The United States boycotted the U.N. negotiations to ban — everywhere across Planet Earth — nuclear weapons. So did eight other countries. Guess which ones?
The international debate over this historic treaty, which became reality a week ago by a margin of 122 to 1, revealed how deeply split the nations of the world are — not by borders or language or religion or political ideology or control of wealth, but by possession of nuclear weapons and the accompanying belief in their absolute necessity for national security, despite the absolute insecurity they inflict on the whole planet.
Armed equals scared. (And scared equals profitable.)
The nine nations in question, of course, are the nuclear-armed ones: the U.S., Russia, China, Great Britain, France, India, Pakistan, Israel and . . . what was that other one? Oh yeah, North Korea. Bizarrely, these countries and their short-sighted “interests” are all on the same side, even though each one’s possession of nuclear weapons justifies the others’ possession of nuclear weapons.
None of these countries took part in the discussion of the Treaty on the Prohibition of Nuclear Weapons, even to oppose it, seeming to indicate that a nuke-free world isn’t anywhere in their vision.
As Robert Dodge of Physicians for Social Responsibility wrote: “They have remained oblivious and hostage themselves to this mythological deterrence argument that has been the principal driver of the arms race since its inception, including the current new arms race initiated by the United States with a proposal to spend $1 trillion in the next three decades to rebuild our nuclear arsenals.”
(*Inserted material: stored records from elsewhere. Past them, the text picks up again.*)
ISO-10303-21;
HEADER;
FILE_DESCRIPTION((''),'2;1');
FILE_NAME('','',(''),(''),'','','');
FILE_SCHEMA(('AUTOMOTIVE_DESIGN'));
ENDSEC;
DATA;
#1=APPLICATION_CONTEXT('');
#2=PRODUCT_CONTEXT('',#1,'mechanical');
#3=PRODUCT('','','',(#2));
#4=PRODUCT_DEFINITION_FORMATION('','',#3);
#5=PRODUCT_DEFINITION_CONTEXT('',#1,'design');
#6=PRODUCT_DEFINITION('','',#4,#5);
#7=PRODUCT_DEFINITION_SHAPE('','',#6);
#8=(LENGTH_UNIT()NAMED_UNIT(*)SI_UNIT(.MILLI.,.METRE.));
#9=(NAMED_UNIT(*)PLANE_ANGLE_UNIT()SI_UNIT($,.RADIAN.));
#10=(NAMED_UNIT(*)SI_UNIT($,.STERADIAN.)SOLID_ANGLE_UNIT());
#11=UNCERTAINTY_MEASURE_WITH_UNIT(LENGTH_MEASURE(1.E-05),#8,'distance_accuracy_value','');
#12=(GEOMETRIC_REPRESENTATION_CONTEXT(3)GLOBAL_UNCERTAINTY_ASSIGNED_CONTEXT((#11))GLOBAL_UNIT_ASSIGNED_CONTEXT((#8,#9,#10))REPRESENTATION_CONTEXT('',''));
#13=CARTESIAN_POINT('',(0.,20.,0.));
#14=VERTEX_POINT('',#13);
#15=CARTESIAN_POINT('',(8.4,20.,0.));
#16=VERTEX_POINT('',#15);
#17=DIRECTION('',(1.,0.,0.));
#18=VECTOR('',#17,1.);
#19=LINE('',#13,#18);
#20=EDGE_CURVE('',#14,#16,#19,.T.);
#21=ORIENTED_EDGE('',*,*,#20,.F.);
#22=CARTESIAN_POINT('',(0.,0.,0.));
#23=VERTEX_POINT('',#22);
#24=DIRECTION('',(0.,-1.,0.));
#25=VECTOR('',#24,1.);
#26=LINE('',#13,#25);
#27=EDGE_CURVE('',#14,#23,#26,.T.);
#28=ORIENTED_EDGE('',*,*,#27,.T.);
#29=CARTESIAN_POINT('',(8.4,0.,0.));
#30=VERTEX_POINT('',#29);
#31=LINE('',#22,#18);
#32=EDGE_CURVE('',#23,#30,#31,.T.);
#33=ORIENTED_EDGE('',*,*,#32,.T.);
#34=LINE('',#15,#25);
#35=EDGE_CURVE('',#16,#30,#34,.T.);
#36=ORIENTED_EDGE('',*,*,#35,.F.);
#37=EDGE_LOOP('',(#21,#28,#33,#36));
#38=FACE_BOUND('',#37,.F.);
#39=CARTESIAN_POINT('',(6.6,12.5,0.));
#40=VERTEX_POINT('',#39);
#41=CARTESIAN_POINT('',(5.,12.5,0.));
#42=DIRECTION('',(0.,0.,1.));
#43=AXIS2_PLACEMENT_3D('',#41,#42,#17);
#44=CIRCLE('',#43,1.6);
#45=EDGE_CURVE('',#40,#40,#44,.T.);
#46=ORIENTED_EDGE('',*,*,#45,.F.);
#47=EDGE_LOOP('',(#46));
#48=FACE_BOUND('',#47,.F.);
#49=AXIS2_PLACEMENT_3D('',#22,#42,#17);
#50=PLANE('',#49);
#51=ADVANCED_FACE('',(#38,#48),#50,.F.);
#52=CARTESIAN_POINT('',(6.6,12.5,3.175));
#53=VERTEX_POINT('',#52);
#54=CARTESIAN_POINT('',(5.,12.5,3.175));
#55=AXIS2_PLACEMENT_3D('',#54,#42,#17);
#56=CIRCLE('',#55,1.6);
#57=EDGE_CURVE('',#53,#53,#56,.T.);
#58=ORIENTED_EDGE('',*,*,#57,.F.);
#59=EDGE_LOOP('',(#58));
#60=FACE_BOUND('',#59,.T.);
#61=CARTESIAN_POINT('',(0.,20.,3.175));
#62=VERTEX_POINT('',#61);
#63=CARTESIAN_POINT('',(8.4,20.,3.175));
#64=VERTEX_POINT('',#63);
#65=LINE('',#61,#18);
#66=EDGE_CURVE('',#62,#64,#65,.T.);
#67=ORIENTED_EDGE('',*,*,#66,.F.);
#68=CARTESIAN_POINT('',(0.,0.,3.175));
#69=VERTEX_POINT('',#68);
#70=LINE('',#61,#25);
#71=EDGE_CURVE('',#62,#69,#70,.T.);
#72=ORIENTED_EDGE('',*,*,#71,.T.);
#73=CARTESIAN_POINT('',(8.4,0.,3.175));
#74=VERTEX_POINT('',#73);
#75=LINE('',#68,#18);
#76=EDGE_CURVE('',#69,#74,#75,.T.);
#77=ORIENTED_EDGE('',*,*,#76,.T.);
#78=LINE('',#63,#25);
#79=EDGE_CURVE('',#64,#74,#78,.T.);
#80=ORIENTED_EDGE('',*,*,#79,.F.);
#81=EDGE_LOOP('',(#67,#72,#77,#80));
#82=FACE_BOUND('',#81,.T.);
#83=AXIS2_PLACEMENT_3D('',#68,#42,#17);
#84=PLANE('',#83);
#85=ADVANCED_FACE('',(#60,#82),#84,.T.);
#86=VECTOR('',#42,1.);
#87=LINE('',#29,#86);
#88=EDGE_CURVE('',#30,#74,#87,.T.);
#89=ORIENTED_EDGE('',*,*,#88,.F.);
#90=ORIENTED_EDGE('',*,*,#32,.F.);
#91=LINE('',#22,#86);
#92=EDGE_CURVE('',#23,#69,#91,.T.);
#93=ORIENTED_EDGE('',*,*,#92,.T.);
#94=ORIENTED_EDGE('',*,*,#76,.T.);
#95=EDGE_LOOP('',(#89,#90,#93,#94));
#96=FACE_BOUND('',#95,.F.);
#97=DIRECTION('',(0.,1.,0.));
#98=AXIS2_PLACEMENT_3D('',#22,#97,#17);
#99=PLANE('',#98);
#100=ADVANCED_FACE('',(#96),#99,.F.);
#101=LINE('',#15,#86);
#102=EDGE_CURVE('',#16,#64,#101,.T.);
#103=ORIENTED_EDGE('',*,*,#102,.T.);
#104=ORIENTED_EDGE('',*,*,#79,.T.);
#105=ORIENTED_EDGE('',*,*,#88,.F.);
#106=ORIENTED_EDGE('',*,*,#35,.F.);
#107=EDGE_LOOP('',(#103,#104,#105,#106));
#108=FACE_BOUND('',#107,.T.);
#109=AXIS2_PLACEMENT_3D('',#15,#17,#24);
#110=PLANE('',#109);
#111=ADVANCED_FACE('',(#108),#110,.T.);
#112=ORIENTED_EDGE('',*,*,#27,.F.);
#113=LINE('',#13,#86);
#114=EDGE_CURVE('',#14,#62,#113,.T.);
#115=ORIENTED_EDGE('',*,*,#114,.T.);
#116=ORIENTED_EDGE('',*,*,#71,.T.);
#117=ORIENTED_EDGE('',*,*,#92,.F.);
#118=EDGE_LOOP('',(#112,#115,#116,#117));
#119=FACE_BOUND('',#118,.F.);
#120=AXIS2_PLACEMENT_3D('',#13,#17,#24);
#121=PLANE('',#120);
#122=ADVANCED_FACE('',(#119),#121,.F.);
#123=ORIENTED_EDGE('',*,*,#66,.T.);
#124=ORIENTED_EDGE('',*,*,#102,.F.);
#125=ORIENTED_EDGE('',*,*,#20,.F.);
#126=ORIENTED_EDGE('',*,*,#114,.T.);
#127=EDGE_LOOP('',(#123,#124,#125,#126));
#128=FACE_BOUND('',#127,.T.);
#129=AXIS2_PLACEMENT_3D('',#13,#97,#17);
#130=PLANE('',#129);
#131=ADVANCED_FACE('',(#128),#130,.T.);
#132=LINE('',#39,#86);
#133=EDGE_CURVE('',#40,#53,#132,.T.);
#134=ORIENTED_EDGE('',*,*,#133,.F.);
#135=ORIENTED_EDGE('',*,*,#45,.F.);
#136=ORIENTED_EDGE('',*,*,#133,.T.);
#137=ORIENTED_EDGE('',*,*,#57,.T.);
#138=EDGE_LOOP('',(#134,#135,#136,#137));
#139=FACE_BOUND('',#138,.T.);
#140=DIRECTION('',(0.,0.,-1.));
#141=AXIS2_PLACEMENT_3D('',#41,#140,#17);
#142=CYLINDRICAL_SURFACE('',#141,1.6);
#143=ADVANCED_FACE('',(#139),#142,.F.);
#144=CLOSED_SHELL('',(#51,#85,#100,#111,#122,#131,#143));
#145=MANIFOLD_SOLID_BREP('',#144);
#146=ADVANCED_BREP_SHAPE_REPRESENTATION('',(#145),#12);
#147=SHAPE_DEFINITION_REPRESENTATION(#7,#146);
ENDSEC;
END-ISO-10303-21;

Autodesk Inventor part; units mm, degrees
ref_plane "YZ Plane" through (0, 0, 0) normal (1, 0, 0) x (0, 1, 0)
ref_plane "XZ Plane" through (0, 0, 0) normal (0, 1, 0) x (-1, 0, 0)
ref_plane "XY Plane" through (0, 0, 0) normal (0, 0, 1) x (1, 0, 0)
sketch "Sketch1" plane through (0, 0, 0) normal (0, 0, 1) x (1, 0, 0)
  line L0 (0, 20) -> (0, 0)
  circle A0 centre (5, 12.5) radius 1.6
  line L1 (8.4, 20) -> (8.4, 0)
  line L2 (0, 20) -> (8.4, 20)
  line L3 (0, 0) -> (8.4, 0)
  dimension "d2" = 3.2
  dimension "d3" = 5
  dimension "d12" = 8.4
  dimension "d14" = 7.5
  dimension "d15" = 8.4
  dimension "d16" = 20
extrude "Extrusion1" add sketch "Sketch1" along normal blind 3.175
equation "\"d12\" = d13"
equation "\"d13\" = 8.4"
properties part number "Effector_ZProbe_B"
Among the nations — the rest of the planet — that did participate in the creation of the treaty, the single vote against it was cast by the Netherlands, which, coincidentally, has stored U.S. nuclear weapons on its territory since the Cold War era, to the befuddlement even of its own leaders. (“I think they are an absolutely pointless part of a tradition in military thinking,” former Prime Minister Ruud Lubbers has said.)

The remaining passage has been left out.